= Your goal =
Pull every line that includes the word "amount" out of the data below and copy it.

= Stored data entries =
┌────────

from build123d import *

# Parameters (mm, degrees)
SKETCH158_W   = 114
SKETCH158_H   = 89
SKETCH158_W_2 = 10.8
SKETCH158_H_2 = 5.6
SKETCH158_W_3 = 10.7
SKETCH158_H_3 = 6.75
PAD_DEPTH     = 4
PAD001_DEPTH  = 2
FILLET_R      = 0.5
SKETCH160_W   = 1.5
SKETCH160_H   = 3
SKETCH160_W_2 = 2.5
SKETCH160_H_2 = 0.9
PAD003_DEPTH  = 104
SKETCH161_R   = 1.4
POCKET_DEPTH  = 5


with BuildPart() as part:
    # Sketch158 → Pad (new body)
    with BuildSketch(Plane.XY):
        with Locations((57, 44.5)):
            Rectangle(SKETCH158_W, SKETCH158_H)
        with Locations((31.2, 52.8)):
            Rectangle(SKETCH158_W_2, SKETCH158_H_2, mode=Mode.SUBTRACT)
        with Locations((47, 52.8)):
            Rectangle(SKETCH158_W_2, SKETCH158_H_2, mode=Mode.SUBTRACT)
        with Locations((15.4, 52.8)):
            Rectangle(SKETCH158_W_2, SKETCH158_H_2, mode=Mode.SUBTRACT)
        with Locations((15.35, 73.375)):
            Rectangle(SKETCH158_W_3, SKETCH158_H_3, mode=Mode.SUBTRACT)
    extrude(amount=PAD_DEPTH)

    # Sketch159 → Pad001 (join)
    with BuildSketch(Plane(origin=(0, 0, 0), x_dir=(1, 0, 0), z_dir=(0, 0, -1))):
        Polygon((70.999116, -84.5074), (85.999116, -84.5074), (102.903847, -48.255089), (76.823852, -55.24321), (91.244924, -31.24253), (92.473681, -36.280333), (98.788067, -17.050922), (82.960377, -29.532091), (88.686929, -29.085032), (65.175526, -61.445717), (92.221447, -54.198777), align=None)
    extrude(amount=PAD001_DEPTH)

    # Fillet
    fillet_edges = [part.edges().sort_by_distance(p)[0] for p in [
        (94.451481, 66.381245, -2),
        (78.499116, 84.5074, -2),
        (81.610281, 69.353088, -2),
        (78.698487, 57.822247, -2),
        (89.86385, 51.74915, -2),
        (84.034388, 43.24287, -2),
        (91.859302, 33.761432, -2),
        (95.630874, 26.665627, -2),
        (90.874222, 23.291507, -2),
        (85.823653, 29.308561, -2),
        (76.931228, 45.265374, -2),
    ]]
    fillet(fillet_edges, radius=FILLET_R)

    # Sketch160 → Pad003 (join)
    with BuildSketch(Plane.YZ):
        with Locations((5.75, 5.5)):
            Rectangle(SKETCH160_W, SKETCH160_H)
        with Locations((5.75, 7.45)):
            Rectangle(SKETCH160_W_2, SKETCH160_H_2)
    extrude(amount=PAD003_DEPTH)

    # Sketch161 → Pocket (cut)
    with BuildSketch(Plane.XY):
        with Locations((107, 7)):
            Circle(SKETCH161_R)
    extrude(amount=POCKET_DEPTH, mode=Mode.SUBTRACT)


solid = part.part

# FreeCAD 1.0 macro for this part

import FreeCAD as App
import Part
import Sketcher
Q = App.Units.Quantity


def edges_at(feature, points):
    """Names of the edges that pass closest to the given points."""
    edges = feature.Shape.Edges
    near = lambda p: min(range(len(edges)), key=lambda i: edges[i].distToShape(Part.Vertex(*p))[0])
    return sorted({f"Edge{near(p) + 1}" for p in points})


def add_polygon(sketch, points):
    """Adds a closed chain of lines whose ends are joined by coincident constraints."""
    first, n = sketch.GeometryCount, len(points)
    for a, b in zip(points, points[1:] + points[:1]):
        sketch.addGeometry(Part.LineSegment(App.Vector(*a, 0), App.Vector(*b, 0)), False)
    for i in range(n):
        sketch.addConstraint(Sketcher.Constraint("Coincident", first + i, 2, first + (i + 1) % n, 1))

doc = App.newDocument("Part")
body = doc.addObject("PartDesign::Body", "Body")

# Sketch on XY plane
sketch1 = body.newObject("Sketcher::SketchObject", "Sketch")
sketch1.AttachmentSupport = (doc.getObject("XY_Plane"), [""])
sketch1.MapMode = "FlatFace"
add_polygon(sketch1, [(0, 89), (0, 0), (114, 0), (114, 89)])  # lines 0-3
add_polygon(sketch1, [(20.8, 50), (10, 50), (10, 55.6), (20.8, 55.6)])  # lines 4-7
add_polygon(sketch1, [(36.6, 50), (25.8, 50), (25.8, 55.6), (36.6, 55.6)])  # lines 8-11
add_polygon(sketch1, [(52.4, 50), (41.6, 50), (41.6, 55.6), (52.4, 55.6)])  # lines 12-15
add_polygon(sketch1, [(20.7, 70), (10, 70), (10, 76.75), (20.7, 76.75)])  # lines 16-19
sketch1.addConstraint([
    Sketcher.Constraint("Vertical", 0),
    Sketcher.Constraint("Horizontal", 1),
    Sketcher.Constraint("Vertical", 2),
    Sketcher.Constraint("Horizontal", 3),
    Sketcher.Constraint("Horizontal", 4),
    Sketcher.Constraint("Vertical", 5),
    Sketcher.Constraint("Horizontal", 6),
    Sketcher.Constraint("Vertical", 7),
    Sketcher.Constraint("Horizontal", 8),
    Sketcher.Constraint("Vertical", 9),
    Sketcher.Constraint("Horizontal", 10),
    Sketcher.Constraint("Vertical", 11),
    Sketcher.Constraint("Horizontal", 12),
    Sketcher.Constraint("Vertical", 13),
    Sketcher.Constraint("Horizontal", 14),
    Sketcher.Constraint("Vertical", 15),
    Sketcher.Constraint("Horizontal", 16),
    Sketcher.Constraint("Vertical", 17),
    Sketcher.Constraint("Horizontal", 18),
    Sketcher.Constraint("Vertical", 19),
    Sketcher.Constraint("Coincident", 0, 2, -1, 1),
    Sketcher.Constraint("Horizontal", 7, 2, 8, 2),
    Sketcher.Constraint("Horizontal", 6, 2, 9, 2),
    Sketcher.Constraint("Horizontal", 11, 2, 12, 2),
    Sketcher.Constraint("Horizontal", 10, 2, 13, 2),
    Sketcher.Constraint("Vertical", 5, 2, 16, 2),
    Sketcher.Constraint("Equal", 6, 8),
    Sketcher.Constraint("Equal", 10, 12),
    Sketcher.Constraint("DistanceX", 1, 1, 1, 2, Q("114 mm")),
    Sketcher.Constraint("DistanceY", 0, 2, 0, 1, Q("89 mm")),
    Sketcher.Constraint("DistanceX", 4, 2, 4, 1, Q("10.8 mm")),
    Sketcher.Constraint("DistanceX", 16, 2, 16, 1, Q("10.7 mm")),
    Sketcher.Constraint("DistanceY", 5, 1, 5, 2, Q("5.6 mm")),
    Sketcher.Constraint("DistanceX", -1, 1, 4, 2, Q("10 mm")),
    Sketcher.Constraint("DistanceY", -1, 1, 4, 2, Q("50 mm")),
    Sketcher.Constraint("DistanceY", -1, 1, 16, 2, Q("70 mm")),
    Sketcher.Constraint("DistanceX", 7, 2, 8, 2, Q("5 mm")),
    Sketcher.Constraint("DistanceX", 11, 2, 12, 2, Q("5 mm")),
    Sketcher.Constraint("DistanceY", 17, 1, 17, 2, Q("6.75 mm")),
])
pad1 = body.newObject("PartDesign::Pad", "Pad")
pad1.Profile = sketch1
pad1.Length = 4

# Sketch on XY plane
sketch2 = body.newObject("Sketcher::SketchObject", "Sketch001")
sketch2.AttachmentSupport = (doc.getObject("XY_Plane"), [""])
sketch2.MapMode = "FlatFace"
add_polygon(sketch2, [(70.999116, 84.5074), (85.999116, 84.5074), (102.903847, 48.255089), (76.823852, 55.24321), (91.244924, 31.24253), (92.473681, 36.280333), (98.788067, 17.050922), (82.960377, 29.532091), (88.686929, 29.085032), (65.175526, 61.445717), (92.221447, 54.198777)])  # lines 0-10
sketch2.addConstraint([
    Sketcher.Constraint("Horizontal", 0),
    Sketcher.Constraint("Parallel", 2, 9),
    Sketcher.Constraint("Equal", 1, 8),
    Sketcher.Constraint("Equal", 3, 9),
    Sketcher.Constraint("DistanceX", 0, 1, 0, 2, Q("15 mm")),
    Sketcher.Constraint("Angle", 1, Q("-64.999999 deg")),
    Sketcher.Constraint("Angle", 2, Q("164.999985 deg")),
    Sketcher.Constraint("Angle", 3, Q("-58.999985 deg")),
    Sketcher.Constraint("Angle", 8, Q("125.999987 deg")),
    Sketcher.Constraint("Angle", 10, Q("125.000006 deg")),
    Sketcher.Constraint("Distance", 1, Q("40 mm")),
    Sketcher.Constraint("Distance", 2, Q("27 mm")),
    Sketcher.Constraint("Distance", 3, Q("27.999999 mm")),
    Sketcher.Constraint("Distance", 10, Q("36.999999 mm")),
    Sketcher.Constraint("DistanceY", -1, 1, 0, 2, Q("84.5074 mm")),
    Sketcher.Constraint("DistanceY", 7, 2, 4, 2, Q("7.195301 mm")),
    Sketcher.Constraint("Distance", 4, Q("5.18549 mm")),
    Sketcher.Constraint("Distance", 6, Q("20.156769 mm")),
    Sketcher.Constraint("DistanceX", -1, 1, 4, 2, Q("92.473681 mm")),
    Sketcher.Constraint("DistanceY", -1, 1, 5, 2, Q("17.050922 mm")),
    Sketcher.Constraint("DistanceY", -1, 1, 6, 2, Q("29.532091 mm")),
    Sketcher.Constraint("DistanceX", 5, 2, 1, 2, Q("4.11578 mm")),
])
pad2 = body.newObject("PartDesign::Pad", "Pad001")
pad2.Profile = sketch2
pad2.Length = 2
pad2.Reversed = True
doc.recompute()

fillet = body.newObject("PartDesign::Fillet", "Fillet")
fillet.Base = (pad2, edges_at(pad2, [
    (94.451, 66.381, -2),
    (78.499, 84.507, -2),
    (81.61, 69.353, -2),
    (78.698, 57.822, -2),
    (89.864, 51.749, -2),
    (84.034, 43.243, -2),
    (91.859, 33.761, -2),
    (95.631, 26.666, -2),
    (90.874, 23.292, -2),
    (85.824, 29.309, -2),
    (76.931, 45.265, -2),
]))
fillet.Radius = 0.5

# Sketch on YZ plane
sketch3 = body.newObject("Sketcher::SketchObject", "Sketch002")
sketch3.AttachmentSupport = (doc.getObject("YZ_Plane"), [""])
sketch3.MapMode = "FlatFace"
add_polygon(sketch3, [(5, 7), (5, 4), (6.5, 4), (6.5, 7), (7, 7), (7, 7.9), (4.5, 7.9), (4.5, 7)])  # lines 0-7
sketch3.addConstraint([
    Sketcher.Constraint("Vertical", 0),
    Sketcher.Constraint("Horizontal", 1),
    Sketcher.Constraint("Vertical", 2),
    Sketcher.Constraint("Horizontal", 3),
    Sketcher.Constraint("Vertical", 4),
    Sketcher.Constraint("Horizontal", 5),
    Sketcher.Constraint("Vertical", 6),
    Sketcher.Constraint("Horizontal", 7),
    Sketcher.Constraint("Horizontal", 3, 2, 6, 2),
    Sketcher.Constraint("Equal", 3, 7),
    Sketcher.Constraint("DistanceY", 0, 2, 0, 1, Q("3 mm")),
    Sketcher.Constraint("DistanceX", 1, 1, 1, 2, Q("1.5 mm")),
    Sketcher.Constraint("DistanceX", 3, 1, 3, 2, Q("0.5 mm")),
    Sketcher.Constraint("DistanceY", 4, 1, 4, 2, Q("0.9 mm")),
    Sketcher.Constraint("DistanceX", -1, 1, 0, 2, Q("5 mm")),
    Sketcher.Constraint("DistanceY", -1, 1, 0, 2, Q("4 mm")),
])
pad3 = body.newObject("PartDesign::Pad", "Pad002")
pad3.Profile = sketch3
pad3.Length = 104

# Sketch on XY plane
sketch4 = body.newObject("Sketcher::SketchObject", "Sketch003")
sketch4.AttachmentSupport = (doc.getObject("XY_Plane"), [""])
sketch4.MapMode = "FlatFace"
sketch4.addGeometry(Part.Circle(App.Vector(107, 7, 0), App.Vector(0, 0, 1), 1.4), False)
sketch4.addConstraint([
    Sketcher.Constraint("Diameter", 0, Q("2.8 mm")),
    Sketcher.Constraint("DistanceX", -1, 1, 0, 3, Q("107 mm")),
    Sketcher.Constraint("DistanceY", -1, 1, 0, 3, Q("7 mm")),
])
pocket1 = body.newObject("PartDesign::Pocket", "Pocket")
pocket1.Profile = sketch4
pocket1.Length = 5
pocket1.Reversed = True

doc.recompute()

└────────

= Response to this task =
    extrude(amount=PAD_DEPTH)
    extrude(amount=PAD001_DEPTH)
    extrude(amount=PAD003_DEPTH)
    extrude(amount=POCKET_DEPTH, mode=Mode.SUBTRACT)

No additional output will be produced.